Jump to: navigation, search

日本語

mysqlftppc bigram plugin

bigram plugin tokenizes a character sequence into a bi-gram (2-gram) token stream. Please note it uses character n-gram, not word n-gram. You also need to know the nature of character bigram tokens.

  • You can't search less than 2 chars, i.e., single character. You can't search a string that have "a" in it.
  • The index works nice when you use much variety of characters. For example, Japanese strings creates good index cardinality than that from English because Japanese usually use 1945 chars.
  • In querying, always use phrase query. You have to query IN BOOLEAN MODE. Phrase query is in more strictly, phrase token query. Natural mode query does not make sense with bigram plugin.

After you install the plugin with INSTALL PLUGIN, you can check the status of the plugin as following:

mysql> SHOW STATUS LIKE "Bigram_info";
+---------------+---------------------------+
| Variable_name | Value                     |
+---------------+---------------------------+
| Bigram_info   | with ICU 4.0(Unicode 5.1) |
+---------------+---------------------------+
1 row in set (0.00 sec)

Unicode Normalization

You can improve the result of query by applying Unicode normalization, which is provided by ICU library linked with the plugin. Note that the normalization is done over index, and not over the table data itself. If you build the plugin with ICU, there are two system variables, bigram_normalization and bigram_unicode_version. bigram_normalization is OFF by default, meaning that normalization is not performed.

mysql> SHOW VARIABLES LIKE "bigram_%";
+------------------------+---------+
| Variable_name          | Value   |
+------------------------+---------+
| bigram_normalization   | OFF     |
| bigram_unicode_version | DEFAULT |
+------------------------+---------+
2 rows in set (0.01 sec)

To enable normalization, set bigram_normalization variable as following:

SET GLOBAL bigram_normalization="KC"

The argument is one of OFF, C, D, KC, KD and those are Unicode normalization forms(UAX#15).

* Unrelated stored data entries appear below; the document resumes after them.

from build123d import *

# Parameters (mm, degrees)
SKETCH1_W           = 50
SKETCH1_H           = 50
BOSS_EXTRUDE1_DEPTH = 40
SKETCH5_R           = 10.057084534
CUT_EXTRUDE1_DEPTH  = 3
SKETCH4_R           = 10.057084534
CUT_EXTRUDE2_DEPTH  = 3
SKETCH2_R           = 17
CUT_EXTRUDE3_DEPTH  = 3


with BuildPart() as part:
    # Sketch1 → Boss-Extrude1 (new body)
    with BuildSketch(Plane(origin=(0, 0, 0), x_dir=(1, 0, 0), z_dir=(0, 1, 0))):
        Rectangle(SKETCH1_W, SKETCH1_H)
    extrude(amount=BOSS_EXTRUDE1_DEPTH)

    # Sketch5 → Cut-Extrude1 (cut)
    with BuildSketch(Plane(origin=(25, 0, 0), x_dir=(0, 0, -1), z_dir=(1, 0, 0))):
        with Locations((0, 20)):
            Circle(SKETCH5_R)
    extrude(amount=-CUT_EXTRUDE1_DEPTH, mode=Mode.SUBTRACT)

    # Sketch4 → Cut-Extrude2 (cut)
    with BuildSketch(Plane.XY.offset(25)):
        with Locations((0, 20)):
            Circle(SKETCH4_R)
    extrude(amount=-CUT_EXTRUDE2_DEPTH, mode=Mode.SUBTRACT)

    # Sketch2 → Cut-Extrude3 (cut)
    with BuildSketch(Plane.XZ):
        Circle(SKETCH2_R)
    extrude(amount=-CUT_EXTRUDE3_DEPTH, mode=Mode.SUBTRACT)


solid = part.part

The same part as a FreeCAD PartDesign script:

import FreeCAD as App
import Part
import Sketcher
Q = App.Units.Quantity


def add_polygon(sketch, points):
    """Adds a closed chain of lines whose ends are joined by coincident constraints."""
    first, n = sketch.GeometryCount, len(points)
    for a, b in zip(points, points[1:] + points[:1]):
        sketch.addGeometry(Part.LineSegment(App.Vector(*a, 0), App.Vector(*b, 0)), False)
    for i in range(n):
        sketch.addConstraint(Sketcher.Constraint("Coincident", first + i, 2, first + (i + 1) % n, 1))

doc = App.newDocument("Part")
body = doc.addObject("PartDesign::Body", "Body")

# Sketch on XZ plane
sketch1 = body.newObject("Sketcher::SketchObject", "Sketch")
sketch1.AttachmentSupport = (doc.getObject("XZ_Plane"), [""])
sketch1.MapMode = "FlatFace"
add_polygon(sketch1, [(-25, -25), (-25, 25), (25, 25), (25, -25)])  # lines 0-3
sketch1.addConstraint([
    Sketcher.Constraint("Vertical", 0),
    Sketcher.Constraint("Horizontal", 1),
    Sketcher.Constraint("Vertical", 2),
    Sketcher.Constraint("Horizontal", 3),
    Sketcher.Constraint("Symmetric", 0, 2, 2, 2, -1, 1),
    Sketcher.Constraint("Equal", 3, 0),
    Sketcher.Constraint("DistanceX", 1, 1, 1, 2, Q("50 mm")),
])
pad1 = body.newObject("PartDesign::Pad", "Pad")
pad1.Profile = sketch1
pad1.Length = 40
pad1.Reversed = True

# Sketch on YZ plane
sketch2 = body.newObject("Sketcher::SketchObject", "Sketch001")
sketch2.AttachmentSupport = (doc.getObject("YZ_Plane"), [""])
sketch2.MapMode = "FlatFace"
sketch2.AttachmentOffset = App.Placement(App.Vector(0, 0, 25), App.Rotation())
sketch2.addGeometry(Part.Circle(App.Vector(20, 0, 0), App.Vector(0, 0, 1), 10.057085), False)
sketch2.addConstraint([
    Sketcher.Constraint("PointOnObject", 0, 3, -1),
    Sketcher.Constraint("DistanceX", -1, 1, 0, 3, Q("20 mm")),
    Sketcher.Constraint("Diameter", 0, Q("20.114169 mm")),
])
pocket1 = body.newObject("PartDesign::Pocket", "Pocket")
pocket1.Profile = sketch2
pocket1.Length = 3

# Sketch on XY plane
sketch3 = body.newObject("Sketcher::SketchObject", "Sketch002")
sketch3.AttachmentSupport = (doc.getObject("XY_Plane"), [""])
sketch3.MapMode = "FlatFace"
sketch3.AttachmentOffset = App.Placement(App.Vector(0, 0, 25), App.Rotation())
sketch3.addGeometry(Part.Circle(App.Vector(0, 20, 0), App.Vector(0, 0, 1), 10.057085), False)
sketch3.addConstraint([
    Sketcher.Constraint("PointOnObject", 0, 3, -2),
    Sketcher.Constraint("DistanceY", -1, 1, 0, 3, Q("20 mm")),
    Sketcher.Constraint("Diameter", 0, Q("20.114169 mm")),
])
pocket2 = body.newObject("PartDesign::Pocket", "Pocket001")
pocket2.Profile = sketch3
pocket2.Length = 3

# Sketch on XZ plane
sketch4 = body.newObject("Sketcher::SketchObject", "Sketch003")
sketch4.AttachmentSupport = (doc.getObject("XZ_Plane"), [""])
sketch4.MapMode = "FlatFace"
sketch4.addGeometry(Part.Circle(App.Vector(0, 0, 0), App.Vector(0, 0, 1), 17), False)
sketch4.addConstraint([
    Sketcher.Constraint("Coincident", 0, 3, -1, 1),
    Sketcher.Constraint("Diameter", 0, Q("34 mm")),
])
pocket3 = body.newObject("PartDesign::Pocket", "Pocket002")
pocket3.Profile = sketch4
pocket3.Length = 3

doc.recompute()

If you have a string that will use Unicode 3.2, bigram_unicode_version might be useful. The flag specifies the normalization based on Unicode 3.2.

SET GLOBAL bigram_unicode_version="3.2"

Boolean mode syntax

Most of the rules are the same with the built-in parser. There're some changes due to bigram algorithm.

You can escape a special character by prepending a backslash. If you want to use a backslash as a character, escape it with another backslash. Please be aware that you might experience backslashes are evaluated in the surrouding process for example, SQL command line to SQL server, or PHP interpreter to PHP string.

mysql> CREATE TABLE bi (c TEXT, FULLTEXT(c) WITH PARSER bigram);
Query OK, 0 rows affected (0.00 sec)

mysql> INSERT INTO bi VALUES("ab d +ef");
Query OK, 1 row affected (0.00 sec)

mysql> SELECT * FROM bi WHERE MATCH(c) AGAINST('+b\\ d' IN BOOLEAN MODE);
+----------+
| c        |
+----------+
| ab d +ef |
+----------+
1 row in set (0.00 sec)

mysql> SELECT * FROM bi WHERE MATCH(c) AGAINST('+d\\ \\+e' IN BOOLEAN MODE);
+----------+
| c        |
+----------+
| ab d +ef |
+----------+
1 row in set (0.00 sec)

The double-quote " character creates a simple single string. You can include white spaces or backslashes in it. With bigram parser, querying is always a phrase query against bigram token stream.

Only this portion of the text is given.